**Aim of the task**. For each line of the listing that contains "getObject", make a copy and return it.

-- Opening Marker --

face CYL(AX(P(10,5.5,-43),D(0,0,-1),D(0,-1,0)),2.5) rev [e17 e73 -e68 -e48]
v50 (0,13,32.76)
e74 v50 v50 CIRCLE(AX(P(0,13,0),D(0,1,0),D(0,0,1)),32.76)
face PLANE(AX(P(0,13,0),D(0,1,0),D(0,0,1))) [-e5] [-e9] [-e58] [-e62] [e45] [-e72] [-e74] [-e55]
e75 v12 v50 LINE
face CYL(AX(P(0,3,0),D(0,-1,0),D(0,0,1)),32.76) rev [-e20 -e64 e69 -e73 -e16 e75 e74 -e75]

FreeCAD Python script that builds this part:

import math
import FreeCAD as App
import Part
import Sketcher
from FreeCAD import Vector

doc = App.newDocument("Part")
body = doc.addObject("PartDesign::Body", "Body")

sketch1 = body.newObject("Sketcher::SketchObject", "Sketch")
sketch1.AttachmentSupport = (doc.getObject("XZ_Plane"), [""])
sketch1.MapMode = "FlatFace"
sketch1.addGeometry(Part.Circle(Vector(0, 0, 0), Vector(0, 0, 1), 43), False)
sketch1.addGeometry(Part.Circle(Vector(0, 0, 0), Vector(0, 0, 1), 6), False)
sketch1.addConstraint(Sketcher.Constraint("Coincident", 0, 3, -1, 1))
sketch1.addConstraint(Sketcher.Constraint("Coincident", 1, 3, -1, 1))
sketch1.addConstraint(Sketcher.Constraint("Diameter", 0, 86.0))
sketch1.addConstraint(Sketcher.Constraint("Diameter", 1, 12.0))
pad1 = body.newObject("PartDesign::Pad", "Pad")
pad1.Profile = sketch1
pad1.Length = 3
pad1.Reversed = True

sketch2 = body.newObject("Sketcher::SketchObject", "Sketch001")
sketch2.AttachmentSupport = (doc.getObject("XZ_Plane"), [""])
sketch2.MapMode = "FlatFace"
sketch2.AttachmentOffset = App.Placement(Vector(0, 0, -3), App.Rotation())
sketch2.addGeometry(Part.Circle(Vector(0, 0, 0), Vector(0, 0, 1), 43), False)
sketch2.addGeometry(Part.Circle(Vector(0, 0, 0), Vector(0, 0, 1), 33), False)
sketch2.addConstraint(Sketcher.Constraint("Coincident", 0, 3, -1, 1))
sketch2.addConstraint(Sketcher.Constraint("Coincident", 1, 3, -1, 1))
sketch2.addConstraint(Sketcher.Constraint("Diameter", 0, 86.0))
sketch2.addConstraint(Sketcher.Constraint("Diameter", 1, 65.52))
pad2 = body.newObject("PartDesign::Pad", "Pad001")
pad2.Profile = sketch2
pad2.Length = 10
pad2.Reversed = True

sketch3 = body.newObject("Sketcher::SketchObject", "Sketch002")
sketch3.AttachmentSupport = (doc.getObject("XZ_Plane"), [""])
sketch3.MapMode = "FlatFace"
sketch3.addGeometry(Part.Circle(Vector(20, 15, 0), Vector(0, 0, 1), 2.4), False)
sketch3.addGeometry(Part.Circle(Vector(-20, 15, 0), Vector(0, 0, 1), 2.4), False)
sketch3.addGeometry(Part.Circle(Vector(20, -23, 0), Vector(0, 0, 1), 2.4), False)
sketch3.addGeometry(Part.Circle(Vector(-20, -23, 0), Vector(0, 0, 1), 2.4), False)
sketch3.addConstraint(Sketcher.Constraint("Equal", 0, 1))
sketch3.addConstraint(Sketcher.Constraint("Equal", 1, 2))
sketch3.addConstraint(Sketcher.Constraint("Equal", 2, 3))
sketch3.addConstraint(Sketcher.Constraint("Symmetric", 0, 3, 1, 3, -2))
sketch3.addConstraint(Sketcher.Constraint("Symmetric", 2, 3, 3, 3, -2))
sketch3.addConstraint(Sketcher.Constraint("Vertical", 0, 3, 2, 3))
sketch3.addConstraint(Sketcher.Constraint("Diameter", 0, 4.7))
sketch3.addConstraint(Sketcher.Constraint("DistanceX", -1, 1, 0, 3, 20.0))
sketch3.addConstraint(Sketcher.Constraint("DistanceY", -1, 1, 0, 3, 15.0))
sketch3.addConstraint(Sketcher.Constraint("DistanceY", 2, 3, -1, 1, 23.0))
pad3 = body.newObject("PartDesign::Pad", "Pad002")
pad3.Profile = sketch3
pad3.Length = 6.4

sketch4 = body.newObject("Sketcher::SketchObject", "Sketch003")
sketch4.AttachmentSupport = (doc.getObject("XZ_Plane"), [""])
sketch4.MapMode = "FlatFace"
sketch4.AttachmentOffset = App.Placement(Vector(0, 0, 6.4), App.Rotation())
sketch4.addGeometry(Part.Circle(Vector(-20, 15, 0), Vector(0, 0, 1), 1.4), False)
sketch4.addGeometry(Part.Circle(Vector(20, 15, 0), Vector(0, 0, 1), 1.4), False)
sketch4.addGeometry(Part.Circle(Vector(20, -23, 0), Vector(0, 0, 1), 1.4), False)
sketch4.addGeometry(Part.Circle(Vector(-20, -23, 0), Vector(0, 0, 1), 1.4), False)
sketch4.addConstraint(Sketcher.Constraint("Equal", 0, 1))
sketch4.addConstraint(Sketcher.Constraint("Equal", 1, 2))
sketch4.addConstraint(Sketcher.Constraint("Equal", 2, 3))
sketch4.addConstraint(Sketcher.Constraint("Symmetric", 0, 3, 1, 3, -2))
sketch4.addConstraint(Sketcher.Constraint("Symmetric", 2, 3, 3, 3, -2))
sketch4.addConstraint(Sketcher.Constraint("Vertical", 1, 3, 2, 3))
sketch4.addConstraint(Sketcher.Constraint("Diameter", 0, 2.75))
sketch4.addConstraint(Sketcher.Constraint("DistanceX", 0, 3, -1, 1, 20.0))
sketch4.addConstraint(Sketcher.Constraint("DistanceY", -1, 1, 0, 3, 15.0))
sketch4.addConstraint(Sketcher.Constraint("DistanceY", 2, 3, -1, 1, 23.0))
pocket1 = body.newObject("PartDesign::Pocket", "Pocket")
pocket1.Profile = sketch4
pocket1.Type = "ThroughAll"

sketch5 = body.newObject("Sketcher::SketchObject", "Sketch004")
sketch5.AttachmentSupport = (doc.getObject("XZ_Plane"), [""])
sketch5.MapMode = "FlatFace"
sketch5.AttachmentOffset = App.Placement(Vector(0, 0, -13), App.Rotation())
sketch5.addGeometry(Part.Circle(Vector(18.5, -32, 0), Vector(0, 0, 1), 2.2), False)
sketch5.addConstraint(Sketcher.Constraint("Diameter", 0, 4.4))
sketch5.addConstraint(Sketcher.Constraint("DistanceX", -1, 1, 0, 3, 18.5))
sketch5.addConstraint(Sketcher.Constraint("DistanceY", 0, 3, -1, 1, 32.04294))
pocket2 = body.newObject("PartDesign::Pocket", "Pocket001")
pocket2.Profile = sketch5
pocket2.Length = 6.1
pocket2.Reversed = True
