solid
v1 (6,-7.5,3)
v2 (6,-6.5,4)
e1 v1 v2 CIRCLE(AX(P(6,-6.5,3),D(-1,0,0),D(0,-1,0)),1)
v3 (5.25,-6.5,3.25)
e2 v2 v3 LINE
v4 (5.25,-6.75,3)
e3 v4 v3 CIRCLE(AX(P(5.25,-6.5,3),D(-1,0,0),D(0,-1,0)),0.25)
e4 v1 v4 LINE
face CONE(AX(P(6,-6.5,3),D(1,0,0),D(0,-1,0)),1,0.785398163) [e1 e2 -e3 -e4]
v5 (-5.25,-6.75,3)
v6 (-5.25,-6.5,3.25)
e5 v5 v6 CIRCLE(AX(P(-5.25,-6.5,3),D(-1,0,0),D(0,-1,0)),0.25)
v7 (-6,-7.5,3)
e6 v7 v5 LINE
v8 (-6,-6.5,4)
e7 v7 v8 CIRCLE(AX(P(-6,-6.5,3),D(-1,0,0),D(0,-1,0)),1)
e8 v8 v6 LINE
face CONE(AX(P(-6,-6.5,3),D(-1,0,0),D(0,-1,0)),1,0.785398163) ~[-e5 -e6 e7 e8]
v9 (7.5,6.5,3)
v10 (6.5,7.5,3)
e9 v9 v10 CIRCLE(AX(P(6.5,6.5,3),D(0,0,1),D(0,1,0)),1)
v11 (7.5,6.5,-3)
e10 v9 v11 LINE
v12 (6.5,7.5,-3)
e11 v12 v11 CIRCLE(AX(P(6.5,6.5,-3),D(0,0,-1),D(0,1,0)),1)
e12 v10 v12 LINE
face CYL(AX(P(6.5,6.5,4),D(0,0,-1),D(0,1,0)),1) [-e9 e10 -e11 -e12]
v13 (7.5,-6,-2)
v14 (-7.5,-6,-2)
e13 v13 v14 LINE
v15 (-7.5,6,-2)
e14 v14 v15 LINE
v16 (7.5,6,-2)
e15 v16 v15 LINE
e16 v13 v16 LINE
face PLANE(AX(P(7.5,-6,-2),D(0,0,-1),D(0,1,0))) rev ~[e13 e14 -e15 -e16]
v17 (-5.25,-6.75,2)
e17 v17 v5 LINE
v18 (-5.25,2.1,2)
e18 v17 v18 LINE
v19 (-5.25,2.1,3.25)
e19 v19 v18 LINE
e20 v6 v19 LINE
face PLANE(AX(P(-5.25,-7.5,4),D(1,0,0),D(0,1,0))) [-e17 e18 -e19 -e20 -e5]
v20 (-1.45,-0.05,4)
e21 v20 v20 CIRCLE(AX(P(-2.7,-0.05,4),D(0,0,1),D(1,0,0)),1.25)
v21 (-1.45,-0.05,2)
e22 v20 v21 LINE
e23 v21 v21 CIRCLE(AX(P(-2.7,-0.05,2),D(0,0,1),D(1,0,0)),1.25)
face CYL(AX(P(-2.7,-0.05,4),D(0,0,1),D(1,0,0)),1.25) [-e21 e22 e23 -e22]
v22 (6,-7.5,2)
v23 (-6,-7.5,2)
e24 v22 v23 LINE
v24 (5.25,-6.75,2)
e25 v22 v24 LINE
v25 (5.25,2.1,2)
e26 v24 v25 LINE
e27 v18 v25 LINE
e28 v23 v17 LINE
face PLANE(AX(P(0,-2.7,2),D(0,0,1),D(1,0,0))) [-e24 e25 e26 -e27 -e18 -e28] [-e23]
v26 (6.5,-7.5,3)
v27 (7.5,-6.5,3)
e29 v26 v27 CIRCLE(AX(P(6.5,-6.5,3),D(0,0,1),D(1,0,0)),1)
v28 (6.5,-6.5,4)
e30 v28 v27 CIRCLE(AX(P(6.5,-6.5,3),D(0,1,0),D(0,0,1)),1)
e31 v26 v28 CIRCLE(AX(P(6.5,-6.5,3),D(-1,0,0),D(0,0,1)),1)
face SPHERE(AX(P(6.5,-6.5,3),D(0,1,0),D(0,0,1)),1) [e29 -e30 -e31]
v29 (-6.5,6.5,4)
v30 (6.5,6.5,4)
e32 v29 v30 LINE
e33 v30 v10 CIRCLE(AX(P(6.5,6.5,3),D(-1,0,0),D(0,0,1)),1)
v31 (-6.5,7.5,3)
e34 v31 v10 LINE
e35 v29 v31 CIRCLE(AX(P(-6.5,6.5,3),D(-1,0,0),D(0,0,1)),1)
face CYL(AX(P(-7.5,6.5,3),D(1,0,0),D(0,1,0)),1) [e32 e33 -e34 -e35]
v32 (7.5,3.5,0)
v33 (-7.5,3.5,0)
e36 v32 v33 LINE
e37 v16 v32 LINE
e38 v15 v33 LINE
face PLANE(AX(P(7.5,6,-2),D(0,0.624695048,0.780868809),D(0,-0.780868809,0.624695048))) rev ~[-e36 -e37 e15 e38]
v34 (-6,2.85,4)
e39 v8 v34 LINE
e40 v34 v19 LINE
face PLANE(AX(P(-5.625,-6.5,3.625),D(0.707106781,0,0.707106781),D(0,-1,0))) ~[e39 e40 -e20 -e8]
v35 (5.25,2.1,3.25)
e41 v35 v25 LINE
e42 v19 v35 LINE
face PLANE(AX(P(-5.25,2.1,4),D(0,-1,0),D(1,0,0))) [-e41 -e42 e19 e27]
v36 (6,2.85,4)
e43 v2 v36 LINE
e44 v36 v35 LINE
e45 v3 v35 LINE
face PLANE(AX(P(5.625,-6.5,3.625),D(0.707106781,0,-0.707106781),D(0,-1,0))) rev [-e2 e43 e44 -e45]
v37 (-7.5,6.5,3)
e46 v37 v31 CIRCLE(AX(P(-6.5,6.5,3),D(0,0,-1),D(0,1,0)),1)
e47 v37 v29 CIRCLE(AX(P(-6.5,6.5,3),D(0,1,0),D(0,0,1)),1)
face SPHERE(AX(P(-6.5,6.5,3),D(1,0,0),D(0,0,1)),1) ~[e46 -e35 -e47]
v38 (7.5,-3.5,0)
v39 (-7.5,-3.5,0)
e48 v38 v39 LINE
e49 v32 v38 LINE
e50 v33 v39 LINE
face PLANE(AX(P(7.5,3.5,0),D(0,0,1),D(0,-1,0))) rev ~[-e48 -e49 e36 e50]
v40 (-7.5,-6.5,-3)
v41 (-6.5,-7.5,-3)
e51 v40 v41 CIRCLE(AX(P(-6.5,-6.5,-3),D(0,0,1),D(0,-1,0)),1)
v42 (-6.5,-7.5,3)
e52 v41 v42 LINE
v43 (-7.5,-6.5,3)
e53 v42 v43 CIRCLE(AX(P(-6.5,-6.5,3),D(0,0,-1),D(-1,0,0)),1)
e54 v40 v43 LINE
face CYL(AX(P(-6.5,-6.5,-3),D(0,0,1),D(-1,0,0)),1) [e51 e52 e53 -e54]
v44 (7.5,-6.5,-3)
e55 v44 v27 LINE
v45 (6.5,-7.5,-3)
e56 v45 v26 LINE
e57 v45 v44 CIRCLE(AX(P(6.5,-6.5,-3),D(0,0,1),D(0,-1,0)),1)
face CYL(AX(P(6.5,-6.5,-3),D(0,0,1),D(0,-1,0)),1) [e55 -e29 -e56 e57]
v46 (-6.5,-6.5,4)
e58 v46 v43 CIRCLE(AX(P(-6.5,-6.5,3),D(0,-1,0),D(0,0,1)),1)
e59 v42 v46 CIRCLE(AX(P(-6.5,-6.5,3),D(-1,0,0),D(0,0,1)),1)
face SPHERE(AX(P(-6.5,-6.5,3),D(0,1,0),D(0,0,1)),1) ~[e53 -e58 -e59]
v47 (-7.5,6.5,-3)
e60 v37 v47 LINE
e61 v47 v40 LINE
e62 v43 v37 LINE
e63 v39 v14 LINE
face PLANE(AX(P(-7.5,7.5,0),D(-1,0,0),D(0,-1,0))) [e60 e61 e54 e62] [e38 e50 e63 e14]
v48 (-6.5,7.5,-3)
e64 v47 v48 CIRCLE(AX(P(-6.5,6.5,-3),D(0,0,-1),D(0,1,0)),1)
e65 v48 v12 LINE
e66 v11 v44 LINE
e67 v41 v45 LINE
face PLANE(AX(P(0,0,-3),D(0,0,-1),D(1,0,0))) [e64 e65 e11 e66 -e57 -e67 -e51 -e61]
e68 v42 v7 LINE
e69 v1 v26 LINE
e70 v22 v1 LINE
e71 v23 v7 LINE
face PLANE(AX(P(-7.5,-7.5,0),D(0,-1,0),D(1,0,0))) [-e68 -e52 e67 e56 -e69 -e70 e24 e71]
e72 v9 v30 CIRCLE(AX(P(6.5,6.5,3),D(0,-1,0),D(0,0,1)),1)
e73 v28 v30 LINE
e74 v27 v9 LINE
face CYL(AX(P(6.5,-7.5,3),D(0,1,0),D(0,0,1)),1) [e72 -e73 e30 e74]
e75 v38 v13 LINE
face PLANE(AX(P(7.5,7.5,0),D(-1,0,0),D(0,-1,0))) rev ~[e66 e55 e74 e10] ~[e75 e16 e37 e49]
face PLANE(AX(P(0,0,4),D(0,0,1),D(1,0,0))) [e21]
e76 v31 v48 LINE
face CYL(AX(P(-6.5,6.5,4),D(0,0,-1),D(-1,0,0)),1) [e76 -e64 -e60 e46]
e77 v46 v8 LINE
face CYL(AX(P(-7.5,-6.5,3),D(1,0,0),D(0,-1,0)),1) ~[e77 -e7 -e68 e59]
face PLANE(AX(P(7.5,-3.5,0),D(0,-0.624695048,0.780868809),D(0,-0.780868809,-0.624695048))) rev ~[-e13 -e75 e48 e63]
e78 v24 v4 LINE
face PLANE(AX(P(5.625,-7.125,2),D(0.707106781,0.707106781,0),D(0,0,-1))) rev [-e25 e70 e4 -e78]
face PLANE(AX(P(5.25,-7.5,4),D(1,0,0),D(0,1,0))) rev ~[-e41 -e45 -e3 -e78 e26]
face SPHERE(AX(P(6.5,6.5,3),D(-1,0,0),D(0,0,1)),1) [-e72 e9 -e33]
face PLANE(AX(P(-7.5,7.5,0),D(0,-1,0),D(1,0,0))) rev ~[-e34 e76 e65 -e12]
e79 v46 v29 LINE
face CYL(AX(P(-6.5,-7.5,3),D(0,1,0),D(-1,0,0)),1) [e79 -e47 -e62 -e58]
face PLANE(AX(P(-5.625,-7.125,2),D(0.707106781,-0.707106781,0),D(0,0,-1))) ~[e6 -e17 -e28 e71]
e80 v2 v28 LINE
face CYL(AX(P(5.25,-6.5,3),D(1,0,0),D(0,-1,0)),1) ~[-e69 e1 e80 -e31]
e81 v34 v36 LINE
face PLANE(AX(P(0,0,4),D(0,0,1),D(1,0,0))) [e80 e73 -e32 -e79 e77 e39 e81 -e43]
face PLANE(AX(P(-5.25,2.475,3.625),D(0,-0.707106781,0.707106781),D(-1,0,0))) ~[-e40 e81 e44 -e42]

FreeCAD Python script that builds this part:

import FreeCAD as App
import Part
import Sketcher


def edges_at(feature, points):
    """Names of the edges that pass closest to the given points."""
    edges = feature.Shape.Edges
    near = lambda p: min(range(len(edges)), key=lambda i: edges[i].distToShape(Part.Vertex(*p))[0])
    return sorted({f"Edge{near(p) + 1}" for p in points})


def add_polygon(sketch, points):
    """Adds a closed chain of lines whose ends are joined by coincident constraints."""
    first, n = sketch.GeometryCount, len(points)
    for a, b in zip(points, points[1:] + points[:1]):
        sketch.addGeometry(Part.LineSegment(App.Vector(*a, 0), App.Vector(*b, 0)), False)
    for i in range(n):
        sketch.addConstraint(Sketcher.Constraint("Coincident", first + i, 2, first + (i + 1) % n, 1))

doc = App.newDocument("Part")
body = doc.addObject("PartDesign::Body", "Body")

# Sketch on XY plane
sketch1 = doc.addObject("Sketcher::SketchObject", "Sketch")
body.addObject(sketch1)
sketch1.AttachmentSupport = (doc.XY_Plane, [""])
sketch1.MapMode = "FlatFace"
add_polygon(sketch1, [(-7.5, 7.5), (-7.5, -7.5), (7.5, -7.5), (7.5, 7.5)])  # lines 0-3
sketch1.addConstraint(Sketcher.Constraint("Vertical", 0))
sketch1.addConstraint(Sketcher.Constraint("Horizontal", 1))
sketch1.addConstraint(Sketcher.Constraint("Vertical", 2))
sketch1.addConstraint(Sketcher.Constraint("Horizontal", 3))
sketch1.addConstraint(Sketcher.Constraint("Symmetric", 0, 2, 2, 2, -1, 1))
sketch1.addConstraint(Sketcher.Constraint("Equal", 3, 0))
sketch1.addConstraint(Sketcher.Constraint("DistanceX", 1, 1, 1, 2, 15.0))
pad1 = doc.addObject("PartDesign::Pad", "Pad")
body.addObject(pad1)
pad1.Profile = sketch1
pad1.Length = 4

# Sketch on XY plane
sketch2 = doc.addObject("Sketcher::SketchObject", "Sketch001")
body.addObject(sketch2)
sketch2.AttachmentSupport = (doc.XY_Plane, [""])
sketch2.MapMode = "FlatFace"
sketch2.AttachmentOffset = App.Placement(App.Vector(0, 0, 4), App.Rotation())
add_polygon(sketch2, [(-5.25, 2.1), (-5.25, -7.5), (5.25, -7.5), (5.25, 2.1)])  # lines 0-3
sketch2.addGeometry(Part.Circle(App.Vector(-2.7, -0.05, 0), App.Vector(0, 0, 1), 1.25), False)  # 4
sketch2.addConstraint(Sketcher.Constraint("Vertical", 0))
sketch2.addConstraint(Sketcher.Constraint("Horizontal", 1))
sketch2.addConstraint(Sketcher.Constraint("Vertical", 2))
sketch2.addConstraint(Sketcher.Constraint("Horizontal", 3))
sketch2.addConstraint(Sketcher.Constraint("Diameter", 4, 2.5))
sketch2.addConstraint(Sketcher.Constraint("DistanceX", 1, 1, 1, 2, 10.5))
sketch2.addConstraint(Sketcher.Constraint("DistanceY", 0, 2, 0, 1, 9.6))
sketch2.addConstraint(Sketcher.Constraint("DistanceX", 4, 3, -1, 1, 2.7))
sketch2.addConstraint(Sketcher.Constraint("DistanceY", 0, 2, -1, 1, 7.5))
sketch2.addConstraint(Sketcher.Constraint("DistanceY", 4, 3, -1, 1, 0.05))
sketch2.addConstraint(Sketcher.Constraint("DistanceX", 0, 2, -1, 1, 5.25))
pocket1 = doc.addObject("PartDesign::Pocket", "Pocket")
body.addObject(pocket1)
pocket1.Profile = sketch2
pocket1.Length = 2

# Sketch on XY plane
sketch3 = doc.addObject("Sketcher::SketchObject", "Sketch002")
body.addObject(sketch3)
sketch3.AttachmentSupport = (doc.XY_Plane, [""])
sketch3.MapMode = "FlatFace"
add_polygon(sketch3, [(-7.5, -7.5), (-7.5, 7.5), (7.5, 7.5), (7.5, -7.5)])  # lines 0-3
sketch3.addConstraint(Sketcher.Constraint("Vertical", 0))
sketch3.addConstraint(Sketcher.Constraint("Horizontal", 1))
sketch3.addConstraint(Sketcher.Constraint("Vertical", 2))
sketch3.addConstraint(Sketcher.Constraint("Horizontal", 3))
sketch3.addConstraint(Sketcher.Constraint("Symmetric", 0, 2, 2, 2, -1, 1))
sketch3.addConstraint(Sketcher.Constraint("Equal", 3, 0))
sketch3.addConstraint(Sketcher.Constraint("DistanceX", 1, 1, 1, 2, 15.0))
pad2 = doc.addObject("PartDesign::Pad", "Pad001")
body.addObject(pad2)
pad2.Profile = sketch3
pad2.Length = 3
pad2.Reversed = True

# Sketch on YZ plane
sketch4 = doc.addObject("Sketcher::SketchObject", "Sketch003")
body.addObject(sketch4)
sketch4.AttachmentSupport = (doc.YZ_Plane, [""])
sketch4.MapMode = "FlatFace"
sketch4.AttachmentOffset = App.Placement(App.Vector(0, 0, 7.5), App.Rotation())
add_polygon(sketch4, [(-3.5, 0), (-6, -2), (6, -2), (3.5, 0)])  # lines 0-3
sketch4.addConstraint(Sketcher.Constraint("Horizontal", 1))
sketch4.addConstraint(Sketcher.Constraint("Horizontal", 3))
sketch4.addConstraint(Sketcher.Constraint("Symmetric", 2, 2, 3, 2, -1, 1))
sketch4.addConstraint(Sketcher.Constraint("Equal", 0, 2))
sketch4.addConstraint(Sketcher.Constraint("DistanceX", 1, 1, 1, 2, 12.0))
sketch4.addConstraint(Sketcher.Constraint("DistanceX", 3, 2, 3, 1, 7.0))
sketch4.addConstraint(Sketcher.Constraint("DistanceY", 0, 2, -1, 1, 2.0))
pocket2 = doc.addObject("PartDesign::Pocket", "Pocket001")
body.addObject(pocket2)
pocket2.Profile = sketch4
pocket2.Type = "ThroughAll"
doc.recompute()

fillet = doc.addObject("PartDesign::Fillet", "Fillet")
body.addObject(fillet)
fillet.Base = (pocket2, edges_at(pocket2, [
    (0, 7.5, 4),
    (-7.5, 0, 4),
    (7.5, 0, 4),
    (-6.375, -7.5, 4),
    (6.375, -7.5, 4),
    (-7.5, 7.5, 0.5),
    (-7.5, -7.5, 0.5),
    (7.5, -7.5, 0.5),
    (7.5, 7.5, 0.5),
]))
fillet.Radius = 1
doc.recompute()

-- Closing Marker --

**The answer**.
sketch1.AttachmentSupport = (doc.getObject("XZ_Plane"), [""])
sketch2.AttachmentSupport = (doc.getObject("XZ_Plane"), [""])
sketch3.AttachmentSupport = (doc.getObject("XZ_Plane"), [""])
sketch4.AttachmentSupport = (doc.getObject("XZ_Plane"), [""])
sketch5.AttachmentSupport = (doc.getObject("XZ_Plane"), [""])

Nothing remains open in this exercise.